Oleg Elkhunovich, der die Interessen des Händlers Susman Godfrey verteidigt, sagt, dass der Antrag auf Entlassung das Problem nicht lösen könne. Ripple sollte den Anlegern bereits 2013 ein entsprechendes Angebot unterbreiten. Möglicherweise haben sie die Token im Laufe der Jahre verkauft.

„Ein Angebot an die Öffentlichkeit reicht nicht aus.
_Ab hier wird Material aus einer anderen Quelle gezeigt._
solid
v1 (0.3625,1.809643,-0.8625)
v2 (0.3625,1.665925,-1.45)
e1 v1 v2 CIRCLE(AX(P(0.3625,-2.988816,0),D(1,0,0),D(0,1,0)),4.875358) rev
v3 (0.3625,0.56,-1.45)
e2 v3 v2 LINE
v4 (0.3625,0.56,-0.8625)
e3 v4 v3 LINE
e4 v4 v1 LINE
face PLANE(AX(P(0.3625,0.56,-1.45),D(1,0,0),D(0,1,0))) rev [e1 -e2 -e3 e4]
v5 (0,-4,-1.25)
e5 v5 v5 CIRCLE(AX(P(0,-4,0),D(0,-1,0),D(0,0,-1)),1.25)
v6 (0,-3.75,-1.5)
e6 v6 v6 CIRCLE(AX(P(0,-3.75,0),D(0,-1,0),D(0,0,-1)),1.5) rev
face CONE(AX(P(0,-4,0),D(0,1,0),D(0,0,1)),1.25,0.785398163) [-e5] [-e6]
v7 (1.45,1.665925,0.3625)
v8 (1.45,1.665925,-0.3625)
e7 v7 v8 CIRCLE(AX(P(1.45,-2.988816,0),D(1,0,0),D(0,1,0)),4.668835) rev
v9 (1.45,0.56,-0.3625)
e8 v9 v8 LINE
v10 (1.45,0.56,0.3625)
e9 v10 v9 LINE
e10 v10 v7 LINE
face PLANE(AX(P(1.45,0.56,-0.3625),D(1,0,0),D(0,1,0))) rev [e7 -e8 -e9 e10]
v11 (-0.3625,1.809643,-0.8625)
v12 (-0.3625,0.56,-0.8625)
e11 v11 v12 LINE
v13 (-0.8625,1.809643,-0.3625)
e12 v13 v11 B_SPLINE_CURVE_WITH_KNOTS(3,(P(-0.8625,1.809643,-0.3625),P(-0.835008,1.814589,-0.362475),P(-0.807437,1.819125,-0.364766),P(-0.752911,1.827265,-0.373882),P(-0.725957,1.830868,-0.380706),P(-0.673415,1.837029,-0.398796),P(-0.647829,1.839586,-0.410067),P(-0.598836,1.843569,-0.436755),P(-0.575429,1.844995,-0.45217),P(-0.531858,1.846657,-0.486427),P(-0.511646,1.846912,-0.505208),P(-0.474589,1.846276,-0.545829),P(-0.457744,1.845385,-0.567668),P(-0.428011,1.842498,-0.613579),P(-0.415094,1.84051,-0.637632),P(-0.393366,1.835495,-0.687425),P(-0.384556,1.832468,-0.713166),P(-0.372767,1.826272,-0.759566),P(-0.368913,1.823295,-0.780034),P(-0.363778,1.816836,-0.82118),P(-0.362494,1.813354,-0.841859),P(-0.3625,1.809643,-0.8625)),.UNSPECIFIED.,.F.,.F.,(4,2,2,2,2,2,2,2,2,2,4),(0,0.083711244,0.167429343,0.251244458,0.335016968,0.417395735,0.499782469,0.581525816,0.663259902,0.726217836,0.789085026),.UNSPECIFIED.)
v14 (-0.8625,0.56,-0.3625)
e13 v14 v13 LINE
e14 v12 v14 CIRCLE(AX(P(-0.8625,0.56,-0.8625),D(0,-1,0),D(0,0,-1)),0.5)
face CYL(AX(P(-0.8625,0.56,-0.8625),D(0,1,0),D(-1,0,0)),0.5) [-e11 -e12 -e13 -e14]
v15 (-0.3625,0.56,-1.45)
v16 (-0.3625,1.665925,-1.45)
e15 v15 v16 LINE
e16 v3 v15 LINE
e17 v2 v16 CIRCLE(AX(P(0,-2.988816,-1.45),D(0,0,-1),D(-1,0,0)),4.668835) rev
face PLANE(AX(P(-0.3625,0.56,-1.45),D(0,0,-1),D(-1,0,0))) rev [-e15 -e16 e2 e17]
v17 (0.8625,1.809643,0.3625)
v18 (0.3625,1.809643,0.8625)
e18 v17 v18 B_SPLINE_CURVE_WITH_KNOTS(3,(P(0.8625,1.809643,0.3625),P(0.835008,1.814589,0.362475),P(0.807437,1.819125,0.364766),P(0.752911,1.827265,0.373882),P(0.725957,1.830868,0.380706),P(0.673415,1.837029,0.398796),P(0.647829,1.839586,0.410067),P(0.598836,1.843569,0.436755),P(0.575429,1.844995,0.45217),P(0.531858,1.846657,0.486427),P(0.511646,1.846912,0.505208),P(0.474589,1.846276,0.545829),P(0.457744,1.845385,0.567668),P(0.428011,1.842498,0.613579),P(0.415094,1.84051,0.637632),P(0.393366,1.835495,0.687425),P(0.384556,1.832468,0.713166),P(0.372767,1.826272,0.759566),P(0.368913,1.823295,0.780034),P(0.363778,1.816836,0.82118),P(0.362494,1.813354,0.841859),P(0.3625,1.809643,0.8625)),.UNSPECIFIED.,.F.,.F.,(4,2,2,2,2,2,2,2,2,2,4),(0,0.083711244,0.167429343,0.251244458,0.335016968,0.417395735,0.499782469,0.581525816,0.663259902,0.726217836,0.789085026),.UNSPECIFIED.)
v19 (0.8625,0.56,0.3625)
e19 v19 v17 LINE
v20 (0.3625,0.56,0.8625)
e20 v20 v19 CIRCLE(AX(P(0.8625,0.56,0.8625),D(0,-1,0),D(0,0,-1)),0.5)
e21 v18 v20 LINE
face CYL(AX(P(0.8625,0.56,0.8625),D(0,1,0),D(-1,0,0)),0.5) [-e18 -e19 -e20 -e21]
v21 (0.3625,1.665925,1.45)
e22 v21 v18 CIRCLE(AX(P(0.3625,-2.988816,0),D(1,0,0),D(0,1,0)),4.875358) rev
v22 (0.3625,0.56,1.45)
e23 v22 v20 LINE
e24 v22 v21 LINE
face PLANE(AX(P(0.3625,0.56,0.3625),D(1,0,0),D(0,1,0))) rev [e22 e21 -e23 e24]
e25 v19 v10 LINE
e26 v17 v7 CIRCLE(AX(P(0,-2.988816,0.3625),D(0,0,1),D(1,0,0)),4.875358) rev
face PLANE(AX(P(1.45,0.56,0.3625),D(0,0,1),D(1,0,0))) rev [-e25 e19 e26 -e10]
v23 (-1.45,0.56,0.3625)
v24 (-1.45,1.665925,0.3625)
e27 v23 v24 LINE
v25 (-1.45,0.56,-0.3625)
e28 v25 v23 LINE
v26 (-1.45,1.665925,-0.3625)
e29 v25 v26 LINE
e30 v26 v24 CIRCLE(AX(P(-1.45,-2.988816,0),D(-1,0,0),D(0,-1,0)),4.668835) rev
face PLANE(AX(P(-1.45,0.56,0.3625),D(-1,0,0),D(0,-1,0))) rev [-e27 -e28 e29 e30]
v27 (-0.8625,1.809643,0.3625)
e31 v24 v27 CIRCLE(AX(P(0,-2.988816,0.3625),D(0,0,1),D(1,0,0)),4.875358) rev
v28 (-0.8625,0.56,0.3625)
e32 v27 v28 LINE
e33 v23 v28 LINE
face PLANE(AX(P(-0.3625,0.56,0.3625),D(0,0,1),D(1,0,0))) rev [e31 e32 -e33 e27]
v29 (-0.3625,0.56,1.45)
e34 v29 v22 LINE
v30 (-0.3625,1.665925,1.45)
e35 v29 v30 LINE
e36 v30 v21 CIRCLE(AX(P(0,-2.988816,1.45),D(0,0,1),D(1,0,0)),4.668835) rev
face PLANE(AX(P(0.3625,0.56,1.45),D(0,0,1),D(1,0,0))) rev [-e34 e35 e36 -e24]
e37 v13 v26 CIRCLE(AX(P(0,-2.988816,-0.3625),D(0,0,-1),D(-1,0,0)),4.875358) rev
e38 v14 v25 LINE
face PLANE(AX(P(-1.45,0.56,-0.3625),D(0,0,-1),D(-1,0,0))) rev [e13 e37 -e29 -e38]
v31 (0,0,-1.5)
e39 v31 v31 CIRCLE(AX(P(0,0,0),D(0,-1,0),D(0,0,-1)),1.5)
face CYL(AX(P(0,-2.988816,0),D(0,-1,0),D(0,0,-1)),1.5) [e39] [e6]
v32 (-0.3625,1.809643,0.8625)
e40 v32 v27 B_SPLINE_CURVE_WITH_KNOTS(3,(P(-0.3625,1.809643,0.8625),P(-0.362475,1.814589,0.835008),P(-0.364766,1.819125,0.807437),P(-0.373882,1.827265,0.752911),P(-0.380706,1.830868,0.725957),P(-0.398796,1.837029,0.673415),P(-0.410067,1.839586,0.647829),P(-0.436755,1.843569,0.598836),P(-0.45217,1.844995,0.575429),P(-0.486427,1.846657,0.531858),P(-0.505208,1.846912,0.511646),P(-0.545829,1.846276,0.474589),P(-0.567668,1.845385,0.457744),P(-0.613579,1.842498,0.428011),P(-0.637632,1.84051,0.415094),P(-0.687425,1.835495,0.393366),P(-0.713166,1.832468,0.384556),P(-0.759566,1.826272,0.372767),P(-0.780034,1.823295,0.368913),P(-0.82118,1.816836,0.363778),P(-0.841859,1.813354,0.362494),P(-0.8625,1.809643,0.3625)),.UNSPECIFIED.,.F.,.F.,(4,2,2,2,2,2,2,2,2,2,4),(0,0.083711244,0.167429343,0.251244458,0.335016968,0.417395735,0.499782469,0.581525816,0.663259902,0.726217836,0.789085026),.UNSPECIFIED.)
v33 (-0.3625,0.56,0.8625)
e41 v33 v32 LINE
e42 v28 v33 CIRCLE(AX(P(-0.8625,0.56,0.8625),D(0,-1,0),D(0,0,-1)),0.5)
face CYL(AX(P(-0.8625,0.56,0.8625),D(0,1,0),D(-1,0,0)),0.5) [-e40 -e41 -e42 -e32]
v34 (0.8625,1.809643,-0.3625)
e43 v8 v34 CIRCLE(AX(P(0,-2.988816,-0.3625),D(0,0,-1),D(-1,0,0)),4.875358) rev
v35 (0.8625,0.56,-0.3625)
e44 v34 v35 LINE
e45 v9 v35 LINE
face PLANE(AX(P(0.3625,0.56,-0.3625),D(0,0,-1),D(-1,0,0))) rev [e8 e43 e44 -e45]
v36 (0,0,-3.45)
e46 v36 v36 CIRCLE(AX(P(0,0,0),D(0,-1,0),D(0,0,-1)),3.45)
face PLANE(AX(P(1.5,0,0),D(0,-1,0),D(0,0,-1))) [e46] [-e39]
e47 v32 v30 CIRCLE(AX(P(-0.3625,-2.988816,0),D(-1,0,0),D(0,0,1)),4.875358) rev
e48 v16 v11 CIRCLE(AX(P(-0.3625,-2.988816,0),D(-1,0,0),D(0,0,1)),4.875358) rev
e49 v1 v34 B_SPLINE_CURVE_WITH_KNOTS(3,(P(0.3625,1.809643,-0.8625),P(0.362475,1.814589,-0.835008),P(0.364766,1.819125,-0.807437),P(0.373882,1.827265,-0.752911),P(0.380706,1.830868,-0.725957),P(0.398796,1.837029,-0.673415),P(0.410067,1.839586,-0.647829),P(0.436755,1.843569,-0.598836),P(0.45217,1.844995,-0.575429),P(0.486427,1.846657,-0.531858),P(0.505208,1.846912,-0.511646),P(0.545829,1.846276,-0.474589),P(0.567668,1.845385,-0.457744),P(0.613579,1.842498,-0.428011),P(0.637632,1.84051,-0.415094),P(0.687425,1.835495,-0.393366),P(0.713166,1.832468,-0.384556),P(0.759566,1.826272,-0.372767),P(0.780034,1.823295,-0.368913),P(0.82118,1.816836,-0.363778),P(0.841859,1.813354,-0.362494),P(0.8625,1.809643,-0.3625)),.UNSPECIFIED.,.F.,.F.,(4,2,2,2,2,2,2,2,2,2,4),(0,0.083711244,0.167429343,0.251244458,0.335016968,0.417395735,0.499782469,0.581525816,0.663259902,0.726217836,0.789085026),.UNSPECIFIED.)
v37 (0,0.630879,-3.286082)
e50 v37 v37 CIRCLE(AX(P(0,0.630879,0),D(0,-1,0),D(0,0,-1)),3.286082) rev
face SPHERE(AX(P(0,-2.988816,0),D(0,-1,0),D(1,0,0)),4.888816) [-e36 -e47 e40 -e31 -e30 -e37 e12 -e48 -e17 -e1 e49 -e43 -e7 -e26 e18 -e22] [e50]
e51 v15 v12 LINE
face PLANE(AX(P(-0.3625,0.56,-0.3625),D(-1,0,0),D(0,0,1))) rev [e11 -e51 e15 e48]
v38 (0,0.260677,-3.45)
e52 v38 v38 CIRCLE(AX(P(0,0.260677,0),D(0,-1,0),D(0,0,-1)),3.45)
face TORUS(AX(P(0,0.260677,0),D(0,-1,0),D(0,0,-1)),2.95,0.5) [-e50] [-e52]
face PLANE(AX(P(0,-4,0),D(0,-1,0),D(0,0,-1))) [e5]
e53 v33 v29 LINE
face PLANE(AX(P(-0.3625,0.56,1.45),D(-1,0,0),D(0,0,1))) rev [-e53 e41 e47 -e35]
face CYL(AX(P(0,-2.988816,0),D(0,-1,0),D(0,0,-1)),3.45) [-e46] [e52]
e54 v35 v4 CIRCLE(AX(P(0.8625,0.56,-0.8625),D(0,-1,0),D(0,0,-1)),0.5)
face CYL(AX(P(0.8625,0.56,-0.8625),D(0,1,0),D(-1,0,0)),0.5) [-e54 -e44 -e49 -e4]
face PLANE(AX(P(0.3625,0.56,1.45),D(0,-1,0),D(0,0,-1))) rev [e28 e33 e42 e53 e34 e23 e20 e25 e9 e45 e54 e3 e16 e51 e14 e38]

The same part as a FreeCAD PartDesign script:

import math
import FreeCAD as App
import Part
import Sketcher

V = App.Vector


def edges_at(feature, points):
    """Names of the edges that pass closest to the given points."""
    edges = feature.Shape.Edges
    near = lambda p: min(range(len(edges)), key=lambda i: edges[i].distToShape(Part.Vertex(*p))[0])
    return sorted({f"Edge{near(p) + 1}" for p in points})


def add_polygon(sketch, points):
    """Adds a closed chain of lines whose ends are joined by coincident constraints."""
    first, n = sketch.GeometryCount, len(points)
    for a, b in zip(points, points[1:] + points[:1]):
        sketch.addGeometry(Part.LineSegment(App.Vector(*a, 0), App.Vector(*b, 0)), False)
    for i in range(n):
        sketch.addConstraint(Sketcher.Constraint("Coincident", first + i, 2, first + (i + 1) % n, 1))

doc = App.newDocument("Part")
body = doc.addObject("PartDesign::Body", "Body")

sketch1 = body.newObject("Sketcher::SketchObject", "Sketch")
sketch1.AttachmentSupport = (doc.getObject("XY_Plane"), [""])
sketch1.MapMode = "FlatFace"
sketch1.addGeometry([
    Part.LineSegment(V(0, -4, 0), V(1.5, -4, 0)),
    Part.LineSegment(V(1.5, -4, 0), V(1.5, 0, 0)),
    Part.LineSegment(V(1.5, 0, 0), V(3.45, 0, 0)),
    Part.LineSegment(V(3.45, 0, 0), V(3.45, 0.475, 0)),
    Part.ArcOfCircle(Part.Circle(V(0, -2.988816, 0), V(0, 0, 1), 4.888816), math.radians(45.114493), math.radians(90)),
    Part.LineSegment(V(0, 1.9, 0), V(0, -4, 0)),
], False)
sketch1.addConstraint([
    Sketcher.Constraint("Coincident", 0, 2, 1, 1),
    Sketcher.Constraint("Coincident", 1, 2, 2, 1),
    Sketcher.Constraint("Coincident", 2, 2, 3, 1),
    Sketcher.Constraint("Coincident", 3, 2, 4, 1),
    Sketcher.Constraint("Coincident", 4, 2, 5, 1),
    Sketcher.Constraint("Coincident", 5, 2, 0, 1),
    Sketcher.Constraint("Horizontal", 0),
    Sketcher.Constraint("Vertical", 1),
    Sketcher.Constraint("Horizontal", 2),
    Sketcher.Constraint("Vertical", 3),
    Sketcher.Constraint("Vertical", 5),
    Sketcher.Constraint("PointOnObject", 4, 3, -2),
    Sketcher.Constraint("PointOnObject", 1, 2, -1),
    Sketcher.Constraint("PointOnObject", 4, 2, -2),
    Sketcher.Constraint("DistanceY", 1, 1, 1, 2, 4.0),
    Sketcher.Constraint("DistanceX", 0, 1, 0, 2, 1.5),
    Sketcher.Constraint("DistanceY", 5, 2, 5, 1, 5.9),
    Sketcher.Constraint("DistanceX", 2, 1, 2, 2, 1.95),
    Sketcher.Constraint("DistanceY", 3, 1, 3, 2, 0.475),
])
revolution = body.newObject("PartDesign::Revolution", "Revolution")
revolution.Profile = sketch1
revolution.ReferenceAxis = (sketch1, ["V_Axis"])
revolution.Angle = 360

sketch2 = body.newObject("Sketcher::SketchObject", "Sketch001")
sketch2.AttachmentSupport = (doc.getObject("XZ_Plane"), [""])
sketch2.MapMode = "FlatFace"
sketch2.AttachmentOffset = App.Placement(V(0, 0, -1.9), App.Rotation())
add_polygon(sketch2, [(-0.3625, 1.45), (0.3625, 1.45), (0.3625, 0.3625), (1.45, 0.3625), (1.45, -0.3625), (0.3625, -0.3625), (0.3625, -1.45), (-0.3625, -1.45), (-0.3625, -0.3625), (-1.45, -0.3625), (-1.45, 0.3625), (-0.3625, 0.3625)])
sketch2.addConstraint([
    Sketcher.Constraint("Horizontal", 0),
    Sketcher.Constraint("Vertical", 1),
    Sketcher.Constraint("Horizontal", 2),
    Sketcher.Constraint("Vertical", 3),
    Sketcher.Constraint("Horizontal", 4),
    Sketcher.Constraint("Vertical", 5),
    Sketcher.Constraint("Horizontal", 6),
    Sketcher.Constraint("Vertical", 7),
    Sketcher.Constraint("Horizontal", 8),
Es muss die Art von seriösem öffentlichem Angebot sein, das die Öffentlichkeit auf die Idee bringt. “

Welligkeit ist egal, welche Regeln die Wertpapier- und Rohstoffmärkte kontrollieren

Interessanterweise teilen die Vertreter von Ripple der Öffentlichkeit nicht mit, wann sie die zum Verkauf stehenden Token erstellt haben. Der Richter fragte die Angeklagten:

"Sie schlagen vor, dass ich mich auf das verlasse, was Sie sagen, anstatt auf das, was Sie versprochen haben, weil es ungenau ist? In Anbetracht der Sorgfalt, die Sie bei der Charakterisierung von Verkäufen an die Öffentlichkeit walten lassen, ist dies der Kern Ihrer Argumentation. Warum haben Sie das in Ihre Beschwerde aufgenommen? "

Der Vertreter von Ripple räumte ein, dass das absichtliche Schweigen von Ripple in Bezug auf die Bekanntgabe spezifischer Daten über ihren öffentlichen Verkauf eine sehr schlechte und inkorrekte Praxis ist.